What needs to be done. This exercise needs all of the entries set down again, exactly as they read.

Material to process.
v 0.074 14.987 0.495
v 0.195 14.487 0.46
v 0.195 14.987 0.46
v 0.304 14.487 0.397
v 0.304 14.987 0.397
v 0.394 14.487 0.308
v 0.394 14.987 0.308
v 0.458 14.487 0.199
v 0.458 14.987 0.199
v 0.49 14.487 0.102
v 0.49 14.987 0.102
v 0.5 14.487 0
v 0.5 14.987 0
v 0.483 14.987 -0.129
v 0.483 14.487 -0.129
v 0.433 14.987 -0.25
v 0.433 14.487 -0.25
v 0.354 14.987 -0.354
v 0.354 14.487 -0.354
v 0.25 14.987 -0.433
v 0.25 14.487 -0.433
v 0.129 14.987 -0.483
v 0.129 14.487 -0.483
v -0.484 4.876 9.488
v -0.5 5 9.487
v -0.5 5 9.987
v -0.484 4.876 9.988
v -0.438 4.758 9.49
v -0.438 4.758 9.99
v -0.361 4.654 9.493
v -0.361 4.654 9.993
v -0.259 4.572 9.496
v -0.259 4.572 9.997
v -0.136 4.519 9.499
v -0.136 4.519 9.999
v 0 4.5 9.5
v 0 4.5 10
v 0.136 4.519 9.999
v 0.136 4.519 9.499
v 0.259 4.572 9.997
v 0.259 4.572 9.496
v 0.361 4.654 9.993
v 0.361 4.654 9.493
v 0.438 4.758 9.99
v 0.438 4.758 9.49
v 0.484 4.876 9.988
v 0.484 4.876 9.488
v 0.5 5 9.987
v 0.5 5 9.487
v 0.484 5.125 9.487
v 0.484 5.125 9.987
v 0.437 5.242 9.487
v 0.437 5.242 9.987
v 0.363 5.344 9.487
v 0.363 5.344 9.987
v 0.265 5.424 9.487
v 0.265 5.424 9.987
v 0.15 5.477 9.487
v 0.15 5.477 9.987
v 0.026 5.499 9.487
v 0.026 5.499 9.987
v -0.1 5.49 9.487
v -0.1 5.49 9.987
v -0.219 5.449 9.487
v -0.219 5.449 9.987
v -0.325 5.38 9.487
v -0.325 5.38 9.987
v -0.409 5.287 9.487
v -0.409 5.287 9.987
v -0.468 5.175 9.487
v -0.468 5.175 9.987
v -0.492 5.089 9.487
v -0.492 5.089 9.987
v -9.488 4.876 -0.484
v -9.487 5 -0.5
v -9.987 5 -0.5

Exercise output.
v 0.074 14.987 0.495
v 0.195 14.487 0.46
v 0.195 14.987 0.46
v 0.304 14.487 0.397
v 0.304 14.987 0.397
v 0.394 14.487 0.308
v 0.394 14.987 0.308
v 0.458 14.487 0.199
v 0.458 14.987 0.199
v 0.49 14.487 0.102
v 0.49 14.987 0.102
v 0.5 14.487 0
v 0.5 14.987 0
v 0.483 14.987 -0.129
v 0.483 14.487 -0.129
v 0.433 14.987 -0.25
v 0.433 14.487 -0.25
v 0.354 14.987 -0.354
v 0.354 14.487 -0.354
v 0.25 14.987 -0.433
v 0.25 14.487 -0.433
v 0.129 14.987 -0.483
v 0.129 14.487 -0.483
v -0.484 4.876 9.488
v -0.5 5 9.487
v -0.5 5 9.987
v -0.484 4.876 9.988
v -0.438 4.758 9.49
v -0.438 4.758 9.99
v -0.361 4.654 9.493
v -0.361 4.654 9.993
v -0.259 4.572 9.496
v -0.259 4.572 9.997
v -0.136 4.519 9.499
v -0.136 4.519 9.999
v 0 4.5 9.5
v 0 4.5 10
v 0.136 4.519 9.999
v 0.136 4.519 9.499
v 0.259 4.572 9.997
v 0.259 4.572 9.496
v 0.361 4.654 9.993
v 0.361 4.654 9.493
v 0.438 4.758 9.99
v 0.438 4.758 9.49
v 0.484 4.876 9.988
v 0.484 4.876 9.488
v 0.5 5 9.987
v 0.5 5 9.487
v 0.484 5.125 9.487
v 0.484 5.125 9.987
v 0.437 5.242 9.487
v 0.437 5.242 9.987
v 0.363 5.344 9.487
v 0.363 5.344 9.987
v 0.265 5.424 9.487
v 0.265 5.424 9.987
v 0.15 5.477 9.487
v 0.15 5.477 9.987
v 0.026 5.499 9.487
v 0.026 5.499 9.987
v -0.1 5.49 9.487
v -0.1 5.49 9.987
v -0.219 5.449 9.487
v -0.219 5.449 9.987
v -0.325 5.38 9.487
v -0.325 5.38 9.987
v -0.409 5.287 9.487
v -0.409 5.287 9.987
v -0.468 5.175 9.487
v -0.468 5.175 9.987
v -0.492 5.089 9.487
v -0.492 5.089 9.987
v -9.488 4.876 -0.484
v -9.487 5 -0.5
v -9.987 5 -0.5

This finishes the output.